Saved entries
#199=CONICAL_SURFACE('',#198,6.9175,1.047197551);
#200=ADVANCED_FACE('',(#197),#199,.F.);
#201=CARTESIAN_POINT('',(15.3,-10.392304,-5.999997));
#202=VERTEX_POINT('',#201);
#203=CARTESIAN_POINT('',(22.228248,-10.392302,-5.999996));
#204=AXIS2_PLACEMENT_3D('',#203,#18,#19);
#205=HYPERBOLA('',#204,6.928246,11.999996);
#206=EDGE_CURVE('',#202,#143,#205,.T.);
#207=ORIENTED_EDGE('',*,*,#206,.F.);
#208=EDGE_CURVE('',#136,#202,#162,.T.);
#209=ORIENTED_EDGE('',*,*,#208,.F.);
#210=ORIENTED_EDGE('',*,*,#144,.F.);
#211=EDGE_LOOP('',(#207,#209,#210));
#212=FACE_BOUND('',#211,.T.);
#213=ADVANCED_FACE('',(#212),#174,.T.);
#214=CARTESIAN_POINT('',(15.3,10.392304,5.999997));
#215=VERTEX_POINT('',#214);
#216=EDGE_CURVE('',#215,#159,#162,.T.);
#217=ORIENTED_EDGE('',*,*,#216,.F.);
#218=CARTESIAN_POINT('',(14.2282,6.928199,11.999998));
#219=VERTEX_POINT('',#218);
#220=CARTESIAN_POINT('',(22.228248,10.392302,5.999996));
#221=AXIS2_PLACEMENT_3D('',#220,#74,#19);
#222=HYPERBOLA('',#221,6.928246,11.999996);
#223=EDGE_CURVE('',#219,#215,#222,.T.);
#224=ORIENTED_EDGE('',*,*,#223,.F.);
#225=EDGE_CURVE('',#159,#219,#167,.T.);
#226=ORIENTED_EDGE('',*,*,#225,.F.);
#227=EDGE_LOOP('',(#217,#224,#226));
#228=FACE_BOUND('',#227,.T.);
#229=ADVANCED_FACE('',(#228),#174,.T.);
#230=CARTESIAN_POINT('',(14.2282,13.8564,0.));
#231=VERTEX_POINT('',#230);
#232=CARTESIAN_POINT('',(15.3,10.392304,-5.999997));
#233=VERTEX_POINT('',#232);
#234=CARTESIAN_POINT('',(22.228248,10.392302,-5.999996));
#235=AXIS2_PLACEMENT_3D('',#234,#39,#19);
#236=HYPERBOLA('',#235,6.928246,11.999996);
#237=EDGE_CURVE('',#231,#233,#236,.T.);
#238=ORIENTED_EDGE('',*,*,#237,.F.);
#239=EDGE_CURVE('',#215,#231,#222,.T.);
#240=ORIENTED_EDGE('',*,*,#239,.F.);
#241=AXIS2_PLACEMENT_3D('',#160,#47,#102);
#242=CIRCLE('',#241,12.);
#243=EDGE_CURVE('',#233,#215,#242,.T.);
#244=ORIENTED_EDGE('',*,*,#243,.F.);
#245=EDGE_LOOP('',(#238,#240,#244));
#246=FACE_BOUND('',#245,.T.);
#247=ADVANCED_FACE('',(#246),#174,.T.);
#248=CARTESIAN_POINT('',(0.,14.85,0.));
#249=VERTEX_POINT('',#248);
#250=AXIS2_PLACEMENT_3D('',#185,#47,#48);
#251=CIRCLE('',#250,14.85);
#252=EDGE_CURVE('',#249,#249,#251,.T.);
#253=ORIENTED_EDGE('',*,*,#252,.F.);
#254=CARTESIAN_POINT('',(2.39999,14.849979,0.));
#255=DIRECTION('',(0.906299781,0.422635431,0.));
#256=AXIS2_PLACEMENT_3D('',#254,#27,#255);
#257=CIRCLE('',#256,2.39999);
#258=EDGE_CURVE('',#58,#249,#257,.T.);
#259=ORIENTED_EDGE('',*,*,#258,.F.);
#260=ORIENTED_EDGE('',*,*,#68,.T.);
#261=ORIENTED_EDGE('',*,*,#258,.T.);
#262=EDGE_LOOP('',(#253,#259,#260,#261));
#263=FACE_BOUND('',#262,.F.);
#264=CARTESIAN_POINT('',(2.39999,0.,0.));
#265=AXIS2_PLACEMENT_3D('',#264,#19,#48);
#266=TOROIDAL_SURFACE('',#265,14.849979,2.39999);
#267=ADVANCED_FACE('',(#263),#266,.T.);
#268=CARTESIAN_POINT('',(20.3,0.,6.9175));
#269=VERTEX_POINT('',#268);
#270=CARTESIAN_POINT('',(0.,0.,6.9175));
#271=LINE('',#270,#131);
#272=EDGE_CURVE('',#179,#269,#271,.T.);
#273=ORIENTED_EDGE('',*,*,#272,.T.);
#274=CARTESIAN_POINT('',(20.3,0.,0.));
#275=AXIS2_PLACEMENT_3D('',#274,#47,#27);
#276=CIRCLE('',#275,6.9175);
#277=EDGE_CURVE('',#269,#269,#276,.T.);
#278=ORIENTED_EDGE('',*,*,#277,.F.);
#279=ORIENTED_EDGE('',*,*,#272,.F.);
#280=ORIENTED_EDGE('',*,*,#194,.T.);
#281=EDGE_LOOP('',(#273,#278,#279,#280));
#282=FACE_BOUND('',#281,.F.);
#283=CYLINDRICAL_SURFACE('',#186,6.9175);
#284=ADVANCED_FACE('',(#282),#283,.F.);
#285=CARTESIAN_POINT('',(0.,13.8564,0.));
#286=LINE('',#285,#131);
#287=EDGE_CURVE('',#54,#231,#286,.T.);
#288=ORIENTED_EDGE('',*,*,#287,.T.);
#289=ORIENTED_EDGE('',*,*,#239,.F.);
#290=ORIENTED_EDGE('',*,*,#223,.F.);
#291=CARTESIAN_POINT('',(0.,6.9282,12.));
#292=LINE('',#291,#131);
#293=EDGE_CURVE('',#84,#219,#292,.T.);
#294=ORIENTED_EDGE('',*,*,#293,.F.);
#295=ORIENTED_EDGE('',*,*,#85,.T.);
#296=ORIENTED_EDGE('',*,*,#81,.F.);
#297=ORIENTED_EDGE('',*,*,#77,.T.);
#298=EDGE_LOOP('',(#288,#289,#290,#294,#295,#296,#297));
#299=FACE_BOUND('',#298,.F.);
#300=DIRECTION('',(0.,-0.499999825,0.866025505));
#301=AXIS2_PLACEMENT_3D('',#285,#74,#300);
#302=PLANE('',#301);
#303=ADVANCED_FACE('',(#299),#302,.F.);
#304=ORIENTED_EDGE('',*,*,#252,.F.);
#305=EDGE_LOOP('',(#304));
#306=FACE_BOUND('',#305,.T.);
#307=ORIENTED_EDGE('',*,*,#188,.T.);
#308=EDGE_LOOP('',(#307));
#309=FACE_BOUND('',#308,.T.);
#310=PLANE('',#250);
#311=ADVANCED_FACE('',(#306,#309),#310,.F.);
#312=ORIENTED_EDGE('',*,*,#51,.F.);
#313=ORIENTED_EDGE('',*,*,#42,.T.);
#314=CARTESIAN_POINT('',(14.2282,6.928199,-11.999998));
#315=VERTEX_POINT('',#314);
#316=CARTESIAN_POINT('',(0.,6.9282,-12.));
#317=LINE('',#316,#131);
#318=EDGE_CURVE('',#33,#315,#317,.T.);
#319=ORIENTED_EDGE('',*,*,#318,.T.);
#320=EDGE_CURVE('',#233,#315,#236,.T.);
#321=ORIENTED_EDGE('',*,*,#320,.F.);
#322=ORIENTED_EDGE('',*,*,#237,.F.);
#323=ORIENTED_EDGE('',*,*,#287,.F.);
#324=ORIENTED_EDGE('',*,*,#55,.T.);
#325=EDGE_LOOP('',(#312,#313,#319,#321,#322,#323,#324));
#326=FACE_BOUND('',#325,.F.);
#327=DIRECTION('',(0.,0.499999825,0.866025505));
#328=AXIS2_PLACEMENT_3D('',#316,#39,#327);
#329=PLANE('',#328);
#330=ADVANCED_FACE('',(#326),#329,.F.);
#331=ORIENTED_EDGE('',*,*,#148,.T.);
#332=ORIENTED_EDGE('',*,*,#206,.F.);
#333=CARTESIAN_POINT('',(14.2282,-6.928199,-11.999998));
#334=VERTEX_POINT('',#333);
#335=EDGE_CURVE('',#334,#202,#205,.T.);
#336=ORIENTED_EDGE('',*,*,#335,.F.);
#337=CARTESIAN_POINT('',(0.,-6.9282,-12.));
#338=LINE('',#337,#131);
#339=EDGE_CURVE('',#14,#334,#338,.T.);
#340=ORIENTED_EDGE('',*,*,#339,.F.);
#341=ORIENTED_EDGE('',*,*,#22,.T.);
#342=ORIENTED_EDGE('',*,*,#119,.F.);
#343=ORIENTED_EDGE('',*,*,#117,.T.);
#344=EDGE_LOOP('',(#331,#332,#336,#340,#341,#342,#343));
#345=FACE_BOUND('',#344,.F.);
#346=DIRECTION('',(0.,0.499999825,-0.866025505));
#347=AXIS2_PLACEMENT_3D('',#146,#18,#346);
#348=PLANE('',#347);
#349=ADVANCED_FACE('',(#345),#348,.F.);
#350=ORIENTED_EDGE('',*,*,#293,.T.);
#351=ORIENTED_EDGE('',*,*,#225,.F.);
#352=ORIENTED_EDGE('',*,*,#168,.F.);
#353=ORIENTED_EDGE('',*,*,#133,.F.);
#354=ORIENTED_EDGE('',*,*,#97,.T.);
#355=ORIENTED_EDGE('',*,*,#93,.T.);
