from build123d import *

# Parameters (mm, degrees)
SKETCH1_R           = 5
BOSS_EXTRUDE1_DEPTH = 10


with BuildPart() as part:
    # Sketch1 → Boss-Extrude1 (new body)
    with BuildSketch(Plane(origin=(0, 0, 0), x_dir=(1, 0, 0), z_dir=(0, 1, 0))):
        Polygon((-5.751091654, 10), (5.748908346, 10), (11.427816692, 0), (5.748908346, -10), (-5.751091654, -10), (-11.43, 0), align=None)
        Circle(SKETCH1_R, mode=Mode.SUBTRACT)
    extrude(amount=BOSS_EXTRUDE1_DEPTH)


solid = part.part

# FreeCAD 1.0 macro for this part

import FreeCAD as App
import Part
import Sketcher

V = App.Vector

doc = App.newDocument("Part")
params = doc.addObject("Spreadsheet::Sheet", "Params")
for row, (alias, value) in enumerate([
    ("sketch1_diameter", "10 mm"),
    ("sketch1_width", "11.5 mm"),
    ("sketch1_length", "11.5 mm"),
    ("pad1_length", "10 mm"),
], start=1):
    params.set(f"A{row}", alias)
    params.set(f"B{row}", "=" + value)
    params.setAlias(f"B{row}", alias)

body = doc.addObject("PartDesign::Body", "Body")

sketch1 = doc.addObject("Sketcher::SketchObject", "Sketch")
body.addObject(sketch1)
sketch1.AttachmentSupport = (doc.XZ_Plane, [""])
sketch1.MapMode = "FlatFace"
sketch1.addGeometry([
    Part.LineSegment(V(6, -10, 0), V(-6, -10, 0)),
    Part.LineSegment(V(-6, -10, 0), V(-11, 0, 0)),
    Part.LineSegment(V(-11, 0, 0), V(-6, 10, 0)),
    Part.LineSegment(V(-6, 10, 0), V(6, 10, 0)),
    Part.LineSegment(V(6, 10, 0), V(11, 0, 0)),
    Part.LineSegment(V(11, 0, 0), V(6, -10, 0)),
    Part.Circle(V(0, 0, 0), V(0, 0, 1), 5),
], False)
sketch1.addConstraint([
    Sketcher.Constraint("Coincident", 0, 2, 1, 1),
    Sketcher.Constraint("Coincident", 1, 2, 2, 1),
    Sketcher.Constraint("Coincident", 2, 2, 3, 1),
    Sketcher.Constraint("Coincident", 3, 2, 4, 1),
    Sketcher.Constraint("Coincident", 4, 2, 5, 1),
    Sketcher.Constraint("Coincident", 5, 2, 0, 1),
    Sketcher.Constraint("Horizontal", 0),
    Sketcher.Constraint("Horizontal", 3),
    Sketcher.Constraint("Coincident", 6, 3, -1, 1),
    Sketcher.Constraint("Symmetric", 0, 2, 2, 2, -1),
    Sketcher.Constraint("PointOnObject", 1, 2, -1),
    Sketcher.Constraint("PointOnObject", 4, 2, -1),
    Sketcher.Constraint("Parallel", 1, 4),
    Sketcher.Constraint("Parallel", 2, 5),
    Sketcher.Constraint("Diameter", 6, 10.0),
    Sketcher.Constraint("DistanceX", 0, 2, 0, 1, 11.5),
    Sketcher.Constraint("DistanceY", 0, 2, -1, 1, 10.0),
    Sketcher.Constraint("Distance", 1, 11.5),
    Sketcher.Constraint("DistanceX", 1, 2, -1, 1, 11.43),
])
sketch1.setExpression("Constraints[14]", "Params.sketch1_diameter")
sketch1.setExpression("Constraints[15]", "Params.sketch1_width")
sketch1.setExpression("Constraints[17]", "Params.sketch1_length")
pad1 = doc.addObject("PartDesign::Pad", "Pad")
body.addObject(pad1)
pad1.Profile = sketch1
pad1.setExpression("Length", "Params.pad1_length")
pad1.Reversed = True

doc.recompute()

▶ **YOUR TASK**:
Transcribe each line of the data above, unaltered, from the one where "#314=CARTESIAN_POINT('',(14.2282,6.928199,-11.999998));" appears to the one where "#322=ORIENTED_EDGE('',*,*,#237,.F.);" appears, inclusive of both.

▶ **ANSWER FOR THE TASK**:
#314=CARTESIAN_POINT('',(14.2282,6.928199,-11.999998));
#315=VERTEX_POINT('',#314);
#316=CARTESIAN_POINT('',(0.,6.9282,-12.));
#317=LINE('',#316,#131);
#318=EDGE_CURVE('',#33,#315,#317,.T.);
#319=ORIENTED_EDGE('',*,*,#318,.T.);
#320=EDGE_CURVE('',#233,#315,#236,.T.);
#321=ORIENTED_EDGE('',*,*,#320,.F.);
#322=ORIENTED_EDGE('',*,*,#237,.F.);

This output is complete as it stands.